--- START ---

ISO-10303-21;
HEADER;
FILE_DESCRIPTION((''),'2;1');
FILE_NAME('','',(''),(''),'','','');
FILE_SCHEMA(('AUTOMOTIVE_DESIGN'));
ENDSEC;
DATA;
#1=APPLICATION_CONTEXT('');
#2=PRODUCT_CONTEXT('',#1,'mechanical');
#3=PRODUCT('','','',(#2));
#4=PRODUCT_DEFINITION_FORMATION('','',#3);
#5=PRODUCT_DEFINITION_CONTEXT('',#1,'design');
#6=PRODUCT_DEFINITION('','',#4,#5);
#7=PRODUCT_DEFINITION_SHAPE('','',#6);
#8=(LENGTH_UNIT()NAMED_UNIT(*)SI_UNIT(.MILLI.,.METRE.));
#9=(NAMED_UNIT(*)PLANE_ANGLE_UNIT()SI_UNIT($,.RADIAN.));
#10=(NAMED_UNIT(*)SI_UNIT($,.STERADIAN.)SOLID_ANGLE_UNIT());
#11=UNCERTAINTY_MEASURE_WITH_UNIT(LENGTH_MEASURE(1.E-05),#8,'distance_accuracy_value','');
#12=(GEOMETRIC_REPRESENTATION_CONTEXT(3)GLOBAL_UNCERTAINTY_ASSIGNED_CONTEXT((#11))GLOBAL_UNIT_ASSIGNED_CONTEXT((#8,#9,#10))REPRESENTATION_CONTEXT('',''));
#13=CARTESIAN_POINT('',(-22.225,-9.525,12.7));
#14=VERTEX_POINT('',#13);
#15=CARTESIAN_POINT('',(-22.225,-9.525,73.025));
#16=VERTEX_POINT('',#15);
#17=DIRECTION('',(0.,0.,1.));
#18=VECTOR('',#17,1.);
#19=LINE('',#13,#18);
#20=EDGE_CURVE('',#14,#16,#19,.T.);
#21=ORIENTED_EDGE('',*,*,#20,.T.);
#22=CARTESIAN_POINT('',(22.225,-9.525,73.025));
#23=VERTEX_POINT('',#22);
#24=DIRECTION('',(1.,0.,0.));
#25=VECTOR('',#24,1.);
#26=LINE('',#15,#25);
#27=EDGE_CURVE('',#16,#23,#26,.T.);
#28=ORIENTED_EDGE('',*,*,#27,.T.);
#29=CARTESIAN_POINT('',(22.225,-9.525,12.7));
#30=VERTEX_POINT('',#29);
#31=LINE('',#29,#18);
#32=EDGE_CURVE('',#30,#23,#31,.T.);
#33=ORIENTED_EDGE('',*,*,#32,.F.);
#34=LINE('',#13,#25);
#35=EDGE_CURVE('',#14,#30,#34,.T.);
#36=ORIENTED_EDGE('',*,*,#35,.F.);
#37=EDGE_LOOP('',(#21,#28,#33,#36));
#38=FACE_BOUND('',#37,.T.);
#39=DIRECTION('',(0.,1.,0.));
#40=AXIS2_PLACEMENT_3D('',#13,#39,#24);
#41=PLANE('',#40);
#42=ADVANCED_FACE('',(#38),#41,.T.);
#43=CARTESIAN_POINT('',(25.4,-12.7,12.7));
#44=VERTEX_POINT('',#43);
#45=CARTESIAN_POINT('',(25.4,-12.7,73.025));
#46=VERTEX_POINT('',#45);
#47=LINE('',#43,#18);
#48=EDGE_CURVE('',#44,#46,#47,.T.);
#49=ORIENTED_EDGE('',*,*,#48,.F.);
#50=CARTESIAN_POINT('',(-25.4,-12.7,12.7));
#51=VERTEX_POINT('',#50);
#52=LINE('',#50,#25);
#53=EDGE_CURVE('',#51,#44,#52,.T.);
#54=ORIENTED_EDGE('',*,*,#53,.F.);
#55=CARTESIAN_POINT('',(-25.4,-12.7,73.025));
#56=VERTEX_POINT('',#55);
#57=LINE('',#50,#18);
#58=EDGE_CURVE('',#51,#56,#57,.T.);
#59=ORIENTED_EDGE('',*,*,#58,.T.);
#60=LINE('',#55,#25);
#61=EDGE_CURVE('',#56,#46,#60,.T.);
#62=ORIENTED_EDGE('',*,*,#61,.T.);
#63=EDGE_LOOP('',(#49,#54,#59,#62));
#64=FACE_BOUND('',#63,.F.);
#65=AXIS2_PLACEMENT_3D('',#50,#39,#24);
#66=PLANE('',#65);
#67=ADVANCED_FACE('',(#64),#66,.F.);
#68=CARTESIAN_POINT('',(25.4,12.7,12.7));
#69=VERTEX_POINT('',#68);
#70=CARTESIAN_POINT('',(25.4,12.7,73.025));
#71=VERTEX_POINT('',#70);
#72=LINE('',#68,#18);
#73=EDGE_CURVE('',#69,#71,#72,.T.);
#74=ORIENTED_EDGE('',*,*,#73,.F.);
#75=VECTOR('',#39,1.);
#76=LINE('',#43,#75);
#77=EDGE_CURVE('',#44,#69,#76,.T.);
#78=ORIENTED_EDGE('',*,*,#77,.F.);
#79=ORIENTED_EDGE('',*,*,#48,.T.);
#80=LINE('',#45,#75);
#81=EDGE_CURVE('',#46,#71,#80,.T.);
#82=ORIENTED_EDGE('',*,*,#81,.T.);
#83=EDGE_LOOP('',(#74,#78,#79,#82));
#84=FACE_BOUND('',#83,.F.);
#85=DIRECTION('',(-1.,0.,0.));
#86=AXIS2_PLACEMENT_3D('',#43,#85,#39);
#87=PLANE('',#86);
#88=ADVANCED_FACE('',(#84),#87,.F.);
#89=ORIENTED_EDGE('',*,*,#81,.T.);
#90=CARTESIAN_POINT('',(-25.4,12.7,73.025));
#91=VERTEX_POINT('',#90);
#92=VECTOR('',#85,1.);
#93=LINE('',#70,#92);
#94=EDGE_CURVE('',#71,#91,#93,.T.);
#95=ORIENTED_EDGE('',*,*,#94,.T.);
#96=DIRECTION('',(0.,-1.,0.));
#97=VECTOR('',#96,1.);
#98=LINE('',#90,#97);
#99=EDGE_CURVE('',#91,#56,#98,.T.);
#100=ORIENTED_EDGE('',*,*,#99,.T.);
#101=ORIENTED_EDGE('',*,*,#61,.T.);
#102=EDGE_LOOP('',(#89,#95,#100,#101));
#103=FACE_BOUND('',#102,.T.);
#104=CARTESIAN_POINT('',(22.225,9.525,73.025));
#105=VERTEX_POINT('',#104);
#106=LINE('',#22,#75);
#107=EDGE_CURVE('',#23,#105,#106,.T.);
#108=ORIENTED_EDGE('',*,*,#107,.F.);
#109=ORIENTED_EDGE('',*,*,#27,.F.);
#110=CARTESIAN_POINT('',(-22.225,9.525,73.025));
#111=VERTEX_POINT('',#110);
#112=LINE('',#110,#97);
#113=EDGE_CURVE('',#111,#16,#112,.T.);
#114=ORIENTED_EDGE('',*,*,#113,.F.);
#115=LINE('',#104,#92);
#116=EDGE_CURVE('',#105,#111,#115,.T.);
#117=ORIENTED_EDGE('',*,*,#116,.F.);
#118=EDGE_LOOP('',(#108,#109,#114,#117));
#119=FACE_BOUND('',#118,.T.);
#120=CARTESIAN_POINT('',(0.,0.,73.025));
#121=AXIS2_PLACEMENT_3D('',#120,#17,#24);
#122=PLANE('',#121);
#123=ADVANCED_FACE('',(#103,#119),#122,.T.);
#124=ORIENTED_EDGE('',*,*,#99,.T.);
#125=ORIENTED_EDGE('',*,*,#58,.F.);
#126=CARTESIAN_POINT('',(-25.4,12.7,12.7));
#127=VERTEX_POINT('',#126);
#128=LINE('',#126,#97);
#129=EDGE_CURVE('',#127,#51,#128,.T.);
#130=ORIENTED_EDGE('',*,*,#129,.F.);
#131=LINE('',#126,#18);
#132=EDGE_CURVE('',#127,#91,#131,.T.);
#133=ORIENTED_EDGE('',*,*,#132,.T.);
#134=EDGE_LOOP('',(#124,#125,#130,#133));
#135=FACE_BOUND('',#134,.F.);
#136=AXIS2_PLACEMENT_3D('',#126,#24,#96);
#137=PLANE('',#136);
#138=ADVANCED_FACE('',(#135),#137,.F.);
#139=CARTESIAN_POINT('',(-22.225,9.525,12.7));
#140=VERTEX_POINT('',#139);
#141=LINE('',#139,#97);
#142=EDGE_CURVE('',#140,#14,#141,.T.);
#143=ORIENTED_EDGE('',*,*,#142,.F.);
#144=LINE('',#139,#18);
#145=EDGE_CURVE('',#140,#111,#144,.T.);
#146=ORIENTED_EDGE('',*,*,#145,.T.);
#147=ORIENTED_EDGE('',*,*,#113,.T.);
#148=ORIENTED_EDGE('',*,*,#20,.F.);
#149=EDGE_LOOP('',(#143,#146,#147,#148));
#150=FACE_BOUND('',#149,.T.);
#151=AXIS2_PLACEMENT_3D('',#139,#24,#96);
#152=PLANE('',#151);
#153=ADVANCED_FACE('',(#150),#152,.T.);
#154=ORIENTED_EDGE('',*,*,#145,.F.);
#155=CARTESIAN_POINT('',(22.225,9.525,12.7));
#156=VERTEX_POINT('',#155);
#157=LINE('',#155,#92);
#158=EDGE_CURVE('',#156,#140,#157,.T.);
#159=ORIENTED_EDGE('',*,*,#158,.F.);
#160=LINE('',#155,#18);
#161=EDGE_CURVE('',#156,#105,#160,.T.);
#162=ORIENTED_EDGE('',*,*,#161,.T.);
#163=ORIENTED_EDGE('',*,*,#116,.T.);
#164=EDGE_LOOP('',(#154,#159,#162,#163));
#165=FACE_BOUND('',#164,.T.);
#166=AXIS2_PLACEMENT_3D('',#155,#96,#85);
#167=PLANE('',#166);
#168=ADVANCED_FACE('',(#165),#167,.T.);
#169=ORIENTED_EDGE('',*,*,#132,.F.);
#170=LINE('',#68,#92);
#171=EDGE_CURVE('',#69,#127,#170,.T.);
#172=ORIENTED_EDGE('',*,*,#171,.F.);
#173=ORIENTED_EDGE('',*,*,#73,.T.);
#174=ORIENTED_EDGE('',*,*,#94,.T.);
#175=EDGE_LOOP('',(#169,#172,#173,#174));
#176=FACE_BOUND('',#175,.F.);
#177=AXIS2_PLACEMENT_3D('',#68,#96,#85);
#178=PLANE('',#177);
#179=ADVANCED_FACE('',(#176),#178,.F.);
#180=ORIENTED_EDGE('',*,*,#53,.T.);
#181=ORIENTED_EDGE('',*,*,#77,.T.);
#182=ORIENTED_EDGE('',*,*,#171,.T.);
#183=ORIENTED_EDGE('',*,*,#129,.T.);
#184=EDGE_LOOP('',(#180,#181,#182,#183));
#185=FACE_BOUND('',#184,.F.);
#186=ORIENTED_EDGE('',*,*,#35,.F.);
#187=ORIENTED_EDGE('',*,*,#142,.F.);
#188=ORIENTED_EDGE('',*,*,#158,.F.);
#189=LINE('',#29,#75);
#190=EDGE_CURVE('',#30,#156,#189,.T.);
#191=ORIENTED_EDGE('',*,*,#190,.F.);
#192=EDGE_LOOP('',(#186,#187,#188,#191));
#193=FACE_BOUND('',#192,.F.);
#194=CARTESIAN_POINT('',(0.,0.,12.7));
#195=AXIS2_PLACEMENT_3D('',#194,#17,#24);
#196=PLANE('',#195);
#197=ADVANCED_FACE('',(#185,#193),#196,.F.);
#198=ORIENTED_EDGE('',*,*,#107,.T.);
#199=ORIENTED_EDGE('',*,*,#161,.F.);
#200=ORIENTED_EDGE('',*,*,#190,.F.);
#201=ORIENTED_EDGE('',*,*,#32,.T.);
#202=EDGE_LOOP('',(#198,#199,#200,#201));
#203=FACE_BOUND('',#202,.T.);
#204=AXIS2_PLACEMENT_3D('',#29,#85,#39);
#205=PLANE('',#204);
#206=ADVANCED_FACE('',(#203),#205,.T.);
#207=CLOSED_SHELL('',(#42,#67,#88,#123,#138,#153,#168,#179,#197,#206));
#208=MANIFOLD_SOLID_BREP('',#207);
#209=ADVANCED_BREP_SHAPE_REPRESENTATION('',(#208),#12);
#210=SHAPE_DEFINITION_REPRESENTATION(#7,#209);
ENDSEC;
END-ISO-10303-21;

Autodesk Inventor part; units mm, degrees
ref_plane "Start Plane" through (0, 0, 12.7) normal (0, 0, 1) x (1, 0, 0)
ref_plane "End Plane" through (0, 0, 73.025) normal (0, 0, 1) x (1, 0, 0)
sketch "Sketch" plane through (0, 0, 0) normal (0, 0, 1) x (1, 0, 0)
  line L0 (-25.4, -12.7) -> (25.4, -12.7)
  line L1 (25.4, -12.7) -> (25.4, 12.7)
  line L2 (25.4, 12.7) -> (-25.4, 12.7)
  line L3 (-25.4, 12.7) -> (-25.4, -12.7)
  line L4 (-25.4, -12.7) -> (25.4, 12.7) construction
  line L5 (25.4, -12.7) -> (-25.4, 12.7) construction
  line L6 (-22.225, -9.525) -> (22.225, -9.525)
  line L7 (22.225, -9.525) -> (22.225, 9.525)
  line L8 (22.225, 9.525) -> (-22.225, 9.525)
  line L9 (-22.225, 9.525) -> (-22.225, -9.525)
  line L10 (-22.225, -9.525) -> (22.225, 9.525) construction
  line L11 (22.225, -9.525) -> (-22.225, 9.525) construction
  point P0 (0, 0)
  point P1 (0, 0)
  dimension "d0" = 50.8
  dimension "d1" = 25.4
  dimension "d2" = 3.175
  dimension "d3" = 3.175
extrude "Body" add sketch "Sketch" along normal up to surface (60.325 mm away) from surface at 12.7
sketch "Sketch4" plane through (0, 0, 0) normal (0, 0, 1) x (1, 0, 0)
  line L0 (0, 0) -> (10, 0)
ref_plane "Work Plane4" through (0, 0, 0) normal (0, -1, 0) x (1, 0, 0)
sketch "Sketch5" plane through (0, 0, 0) normal (0, -1, 0) x (1, 0, 0)
  line L0 (-2, 12.7) -> (12, 12.7)
  line L1 (-2, 73.025) -> (12, 73.025)
  dimension "d11" = 60.325
ref_plane "Work Plane5" through (-25.4, -419.1, 12.7) normal (0, 0, -1) x (-1, 0, 0)
split "Split1" plane through (-25.4, -419.1, 12.7) removes the side toward (0, 0, -1)
equation "\"G_OFFSET_START\" = -12.7"
equation "\"G_OFFSET_END\" = 0"
equation "\"d6\" = -G_OFFSET_START"
equation "\"d7\" = length + G_OFFSET_END"
equation "\"G_L\" = d11"
equation "\"length\" = 73.025"
properties part number "2x1inTubing"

--- END ---

▶ [Directions]:
From the data above, reproduce word for word the lines running from the line with "#168=ADVANCED_FACE('',(#165),#167,.T.);" to the line with "#174=ORIENTED_EDGE('',*,*,#94,.T.);", ends included.

▶ [Expected output]:
#168=ADVANCED_FACE('',(#165),#167,.T.);
#169=ORIENTED_EDGE('',*,*,#132,.F.);
#170=LINE('',#68,#92);
#171=EDGE_CURVE('',#69,#127,#170,.T.);
#172=ORIENTED_EDGE('',*,*,#171,.F.);
#173=ORIENTED_EDGE('',*,*,#73,.T.);
#174=ORIENTED_EDGE('',*,*,#94,.T.);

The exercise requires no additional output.